The Castle of Linhares (Castelo de Linhares da Beira) is a medieval castle in the civil parish of Linhares, municipality of Celorico da Beira, in the Portuguese district of Guarda.

It is classified as a National Monument.

The Castelo de Linhares da Beira was built between the end of the 11th century and the early 12th century. It is at an altitude of 820 meters and is Romano Gothic in architectural style. It is contained within two walled stone enclosures. It possesses two towers, the keep and the clock tower, and four gates. The first gate contains a barrel vault; the second a round arch set into the side walls; the third a blunt arch in the wall separating the two enclosures and the fourth gate is known as the Traitors' Gate.

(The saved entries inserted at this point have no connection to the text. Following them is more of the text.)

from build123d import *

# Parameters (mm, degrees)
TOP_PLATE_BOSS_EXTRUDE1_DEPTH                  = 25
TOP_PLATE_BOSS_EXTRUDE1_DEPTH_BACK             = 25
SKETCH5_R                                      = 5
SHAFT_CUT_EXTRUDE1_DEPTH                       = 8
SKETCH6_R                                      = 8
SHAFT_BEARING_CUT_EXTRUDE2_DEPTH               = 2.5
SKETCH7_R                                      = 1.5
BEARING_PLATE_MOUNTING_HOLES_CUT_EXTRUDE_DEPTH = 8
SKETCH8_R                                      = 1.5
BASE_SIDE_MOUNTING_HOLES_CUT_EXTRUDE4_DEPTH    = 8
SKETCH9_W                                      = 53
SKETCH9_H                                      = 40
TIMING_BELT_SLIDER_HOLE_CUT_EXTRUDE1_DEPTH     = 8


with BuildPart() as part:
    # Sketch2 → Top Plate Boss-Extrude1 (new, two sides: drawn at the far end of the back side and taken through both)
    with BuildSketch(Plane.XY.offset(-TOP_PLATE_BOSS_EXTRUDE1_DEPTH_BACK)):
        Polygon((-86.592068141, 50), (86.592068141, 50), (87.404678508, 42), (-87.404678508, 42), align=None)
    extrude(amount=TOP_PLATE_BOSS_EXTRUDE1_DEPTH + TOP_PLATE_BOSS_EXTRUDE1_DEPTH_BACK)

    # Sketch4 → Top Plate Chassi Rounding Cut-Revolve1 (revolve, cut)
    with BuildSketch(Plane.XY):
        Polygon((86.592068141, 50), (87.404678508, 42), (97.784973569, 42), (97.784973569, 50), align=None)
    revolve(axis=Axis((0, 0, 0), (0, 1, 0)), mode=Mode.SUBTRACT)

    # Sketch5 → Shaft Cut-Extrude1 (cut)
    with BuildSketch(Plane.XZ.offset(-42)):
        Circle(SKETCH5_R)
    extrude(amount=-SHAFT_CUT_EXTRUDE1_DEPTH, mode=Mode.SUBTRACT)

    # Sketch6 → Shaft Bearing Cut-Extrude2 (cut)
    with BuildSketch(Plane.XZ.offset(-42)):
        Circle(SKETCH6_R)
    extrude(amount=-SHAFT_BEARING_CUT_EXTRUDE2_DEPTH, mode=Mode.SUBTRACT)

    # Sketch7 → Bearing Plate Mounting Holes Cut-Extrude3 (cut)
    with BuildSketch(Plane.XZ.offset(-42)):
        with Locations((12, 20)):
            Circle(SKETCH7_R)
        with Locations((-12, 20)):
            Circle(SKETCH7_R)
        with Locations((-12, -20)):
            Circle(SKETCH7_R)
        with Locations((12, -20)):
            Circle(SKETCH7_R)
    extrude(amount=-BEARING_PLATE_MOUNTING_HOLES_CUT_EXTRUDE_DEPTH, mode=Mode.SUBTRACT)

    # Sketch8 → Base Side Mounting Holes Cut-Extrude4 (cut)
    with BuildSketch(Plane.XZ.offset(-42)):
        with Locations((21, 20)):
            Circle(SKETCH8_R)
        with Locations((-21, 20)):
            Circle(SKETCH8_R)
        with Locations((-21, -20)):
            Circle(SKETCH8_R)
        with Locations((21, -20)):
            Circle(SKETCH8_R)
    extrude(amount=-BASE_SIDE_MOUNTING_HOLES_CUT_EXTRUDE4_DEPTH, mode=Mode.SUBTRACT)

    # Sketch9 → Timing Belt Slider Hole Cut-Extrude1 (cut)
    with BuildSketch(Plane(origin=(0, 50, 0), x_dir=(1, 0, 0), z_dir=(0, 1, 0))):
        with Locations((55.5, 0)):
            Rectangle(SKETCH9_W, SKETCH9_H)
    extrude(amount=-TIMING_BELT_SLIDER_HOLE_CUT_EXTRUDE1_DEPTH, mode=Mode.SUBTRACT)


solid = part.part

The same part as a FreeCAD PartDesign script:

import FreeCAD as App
import Part
import Sketcher
from FreeCAD import Vector
Q = App.Units.Quantity

doc = App.newDocument("Part")
body = doc.addObject("PartDesign::Body", "Body")

# Sketch on XY plane
sketch1 = body.newObject("Sketcher::SketchObject", "Sketch")
sketch1.AttachmentSupport = (doc.getObject("XY_Plane"), [""])
sketch1.MapMode = "FlatFace"
sketch1.addGeometry(Part.LineSegment(Vector(86.592068, 50, 0), Vector(-86.592068, 50, 0)), False)
sketch1.addGeometry(Part.LineSegment(Vector(-86.592068, 50, 0), Vector(-87.404679, 42, 0)), False)
sketch1.addGeometry(Part.LineSegment(Vector(-87.404679, 42, 0), Vector(87.404679, 42, 0)), False)
sketch1.addGeometry(Part.LineSegment(Vector(87.404679, 42, 0), Vector(86.592068, 50, 0)), False)
sketch1.addConstraint(Sketcher.Constraint("Coincident", 0, 2, 1, 1))
sketch1.addConstraint(Sketcher.Constraint("Coincident", 1, 2, 2, 1))
sketch1.addConstraint(Sketcher.Constraint("Coincident", 2, 2, 3, 1))
sketch1.addConstraint(Sketcher.Constraint("Coincident", 3, 2, 0, 1))
sketch1.addConstraint(Sketcher.Constraint("Horizontal", 0))
sketch1.addConstraint(Sketcher.Constraint("Horizontal", 2))
sketch1.addConstraint(Sketcher.Constraint("Equal", 1, 3))
sketch1.addConstraint(Sketcher.Constraint("DistanceY", -1, 1, 0, 2, Q("50 mm")))
sketch1.addConstraint(Sketcher.Constraint("DistanceY", -1, 1, 1, 2, Q("42 mm")))
sketch1.addConstraint(Sketcher.Constraint("Angle", 1, Q("-95.8 deg")))
sketch1.addConstraint(Sketcher.Constraint("DistanceX", 0, 2, 0, 1, Q("173.184136 mm")))
sketch1.addConstraint(Sketcher.Constraint("DistanceX", 0, 2, -1, 1, Q("86.592068 mm")))
pad1 = body.newObject("PartDesign::Pad", "Pad")
pad1.Profile = sketch1
pad1.Type = "TwoLengths"
pad1.Length = 25
pad1.Length2 = 25

# Sketch on XY plane
sketch2 = body.newObject("Sketcher::SketchObject", "Sketch001")
sketch2.AttachmentSupport = (doc.getObject("XY_Plane"), [""])
sketch2.MapMode = "FlatFace"
sketch2.addGeometry(Part.LineSegment(Vector(86.592068, 50, 0), Vector(87.404679, 42, 0)), False)
sketch2.addGeometry(Part.LineSegment(Vector(87.404679, 42, 0), Vector(97.784974, 42, 0)), False)
sketch2.addGeometry(Part.LineSegment(Vector(97.784974, 42, 0), Vector(97.784974, 50, 0)), False)
sketch2.addGeometry(Part.LineSegment(Vector(97.784974, 50, 0), Vector(86.592068, 50, 0)), False)
sketch2.addConstraint(Sketcher.Constraint("Coincident", 0, 2, 1, 1))
sketch2.addConstraint(Sketcher.Constraint("Coincident", 1, 2, 2, 1))
sketch2.addConstraint(Sketcher.Constraint("Coincident", 2, 2, 3, 1))
sketch2.addConstraint(Sketcher.Constraint("Coincident", 3, 2, 0, 1))
sketch2.addConstraint(Sketcher.Constraint("Horizontal", 1))
sketch2.addConstraint(Sketcher.Constraint("Vertical", 2))
sketch2.addConstraint(Sketcher.Constraint("Horizontal", 3))
sketch2.addConstraint(Sketcher.Constraint("DistanceY", 2, 1, 2, 2, Q("8 mm")))
sketch2.addConstraint(Sketcher.Constraint("DistanceY", -1, 1, 0, 2, Q("42 mm")))
sketch2.addConstraint(Sketcher.Constraint("Angle", 0, Q("-84.2 deg")))
sketch2.addConstraint(Sketcher.Constraint("DistanceX", 1, 1, 1, 2, Q("10.380295 mm")))
sketch2.addConstraint(Sketcher.Constraint("DistanceX", -1, 1, 0, 2, Q("87.404679 mm")))
groove = body.newObject("PartDesign::Groove", "Groove")
groove.Profile = sketch2
groove.ReferenceAxis = (sketch2, ["V_Axis"])
groove.Angle = 360

# Sketch on XZ plane
sketch3 = body.newObject("Sketcher::SketchObject", "Sketch002")
sketch3.AttachmentSupport = (doc.getObject("XZ_Plane"), [""])
sketch3.MapMode = "FlatFace"
sketch3.AttachmentOffset = App.Placement(Vector(0, 0, -42), App.Rotation())
sketch3.addGeometry(Part.Circle(Vector(0, 0, 0), Vector(0, 0, 1), 5), False)
sketch3.addConstraint(Sketcher.Constraint("Coincident", 0, 3, -1, 1))
sketch3.addConstraint(Sketcher.Constraint("Diameter", 0, Q("10 mm")))
pocket1 = body.newObject("PartDesign::Pocket", "Pocket")
pocket1.Profile = sketch3
pocket1.Length = 8

# Sketch on XZ plane
sketch4 = body.newObject("Sketcher::SketchObject", "Sketch003")
sketch4.AttachmentSupport = (doc.getObject("XZ_Plane"), [""])
sketch4.MapMode = "FlatFace"
sketch4.AttachmentOffset = App.Placement(Vector(0, 0, -42), App.Rotation())
sketch4.addGeometry(Part.Circle(Vector(0, 0, 0), Vector(0, 0, 1), 8), False)
sketch4.addConstraint(Sketcher.Constraint("Coincident", 0, 3, -1, 1))
sketch4.addConstraint(Sketcher.Constraint("Diameter", 0, Q("16 mm")))
pocket2 = body.newObject("PartDesign::Pocket", "Pocket001")
pocket2.Profile = sketch4
pocket2.Length = 2.5

# Sketch on XZ plane
sketch5 = body.newObject("Sketcher::SketchObject", "Sketch004")
sketch5.AttachmentSupport = (doc.getObject("XZ_Plane"), [""])
sketch5.MapMode = "FlatFace"
sketch5.AttachmentOffset = App.Placement(Vector(0, 0, -42), App.Rotation())
sketch5.addGeometry(Part.Circle(Vector(12, 20, 0), Vector(0, 0, 1), 1.5), False)
sketch5.addGeometry(Part.Circle(Vector(-12, 20, 0), Vector(0, 0, 1), 1.5), False)
sketch5.addGeometry(Part.Circle(Vector(-12, -20, 0), Vector(0, 0, 1), 1.5), False)
sketch5.addGeometry(Part.Circle(Vector(12, -20, 0), Vector(0, 0, 1), 1.5), False)
sketch5.addConstraint(Sketcher.Constraint("Equal", 0, 1))
sketch5.addConstraint(Sketcher.Constraint("Equal", 1, 2))
sketch5.addConstraint(Sketcher.Constraint("Equal", 2, 3))
sketch5.addConstraint(Sketcher.Constraint("Symmetric", 0, 3, 2, 3, -1, 1))
sketch5.addConstraint(Sketcher.Constraint("Symmetric", 1, 3, 3, 3, -1, 1))
sketch5.addConstraint(Sketcher.Constraint("Symmetric", 0, 3, 1, 3, -2))
sketch5.addConstraint(Sketcher.Constraint("Diameter", 0, Q("3 mm")))
sketch5.addConstraint(Sketcher.Constraint("DistanceX", -1, 1, 0, 3, Q("12 mm")))
sketch5.addConstraint(Sketcher.Constraint("DistanceY", -1, 1, 0, 3, Q("20 mm")))
pocket3 = body.newObject("PartDesign::Pocket", "Pocket002")
pocket3.Profile = sketch5
pocket3.Length = 8

# Sketch on XZ plane
sketch6 = body.newObject("Sketcher::SketchObject", "Sketch005")
sketch6.AttachmentSupport = (doc.getObject("XZ_Plane"), [""])
sketch6.MapMode = "FlatFace"
sketch6.AttachmentOffset = App.Placement(Vector(0, 0, -42), App.Rotation())
sketch6.addGeometry(Part.Circle(Vector(21, 20, 0), Vector(0, 0, 1), 1.5), False)
sketch6.addGeometry(Part.Circle(Vector(-21, 20, 0), Vector(0, 0, 1), 1.5), False)
sketch6.addGeometry(Part.Circle(Vector(-21, -20, 0), Vector(0, 0, 1), 1.5), False)
sketch6.addGeometry(Part.Circle(Vector(21, -20, 0), Vector(0, 0, 1), 1.5), False)
sketch6.addConstraint(Sketcher.Constraint("Equal", 0, 1))
sketch6.addConstraint(Sketcher.Constraint("Equal", 1, 2))
sketch6.addConstraint(Sketcher.Constraint("Equal", 2, 3))
sketch6.addConstraint(Sketcher.Constraint("Symmetric", 0, 3, 2, 3, -1, 1))
sketch6.addConstraint(Sketcher.Constraint("Symmetric", 1, 3, 3, 3, -1, 1))
sketch6.addConstraint(Sketcher.Constraint("Symmetric", 0, 3, 1, 3, -2))
sketch6.addConstraint(Sketcher.Constraint("Diameter", 0, Q("3 mm")))
sketch6.addConstraint(Sketcher.Constraint("DistanceX", -1, 1, 0, 3, Q("21 mm")))
sketch6.addConstraint(Sketcher.Constraint("DistanceY", -1, 1, 0, 3, Q("20 mm")))
pocket4 = body.newObject("PartDesign::Pocket", "Pocket003")
pocket4.Profile = sketch6
pocket4.Length = 8

# Sketch on XZ plane
sketch7 = body.newObject("Sketcher::SketchObject", "Sketch006")
sketch7.AttachmentSupport = (doc.getObject("XZ_Plane"), [""])
sketch7.MapMode = "FlatFace"
sketch7.AttachmentOffset = App.Placement(Vector(0, 0, -50), App.Rotation())
sketch7.addGeometry(Part.LineSegment(Vector(29, -20, 0), Vector(29, 20, 0)), False)
sketch7.addGeometry(Part.LineSegment(Vector(29, 20, 0), Vector(82, 20, 0)), False)
sketch7.addGeometry(Part.LineSegment(Vector(82, 20, 0), Vector(82, -20, 0)), False)
sketch7.addGeometry(Part.LineSegment(Vector(82, -20, 0), Vector(29, -20, 0)), False)
sketch7.addConstraint(Sketcher.Constraint("Coincident", 0, 2, 1, 1))
sketch7.addConstraint(Sketcher.Constraint("Coincident", 1, 2, 2, 1))
sketch7.addConstraint(Sketcher.Constraint("Coincident", 2, 2, 3, 1))
sketch7.addConstraint(Sketcher.Constraint("Coincident", 3, 2, 0, 1))
sketch7.addConstraint(Sketcher.Constraint("Vertical", 0))
sketch7.addConstraint(Sketcher.Constraint("Horizontal", 1))
sketch7.addConstraint(Sketcher.Constraint("Vertical", 2))
sketch7.addConstraint(Sketcher.Constraint("Horizontal", 3))
sketch7.addConstraint(Sketcher.Constraint("DistanceX", 1, 1, 1, 2, Q("53 mm")))
sketch7.addConstraint(Sketcher.Constraint("DistanceY", 0, 1, 0, 2, Q("40 mm")))
sketch7.addConstraint(Sketcher.Constraint("DistanceX", -1, 1, 0, 2, Q("29 mm")))
sketch7.addConstraint(Sketcher.Constraint("DistanceY", -1, 1, 0, 2, Q("20 mm")))
pocket5 = body.newObject("PartDesign::Pocket", "Pocket004")
pocket5.Profile = sketch7
pocket5.Length = 8
pocket5.Reversed = True

doc.recompute()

The keep is rectangular in shape and the older of the two towers, built in the 12th century and reportedly by Order of the Knights Templar. It is the highest point built for the purpose of defense. The walls had openings called arrow slits which allowed arrows to be fired at enemies. Its balconies were added during the 14th-century Gothic transformations.

The clock tower was added during the Gothic reforms under Denis of Portugal (13th century) and Ferdinand I of Portugal (14th century). Its crenelations are more numerous and narrower. This was done to provide a more offensive design. It contains the replica of a clock added in the 17th century. It was connected to a bell outside the tower in 1817 and was used to inform the local population of time.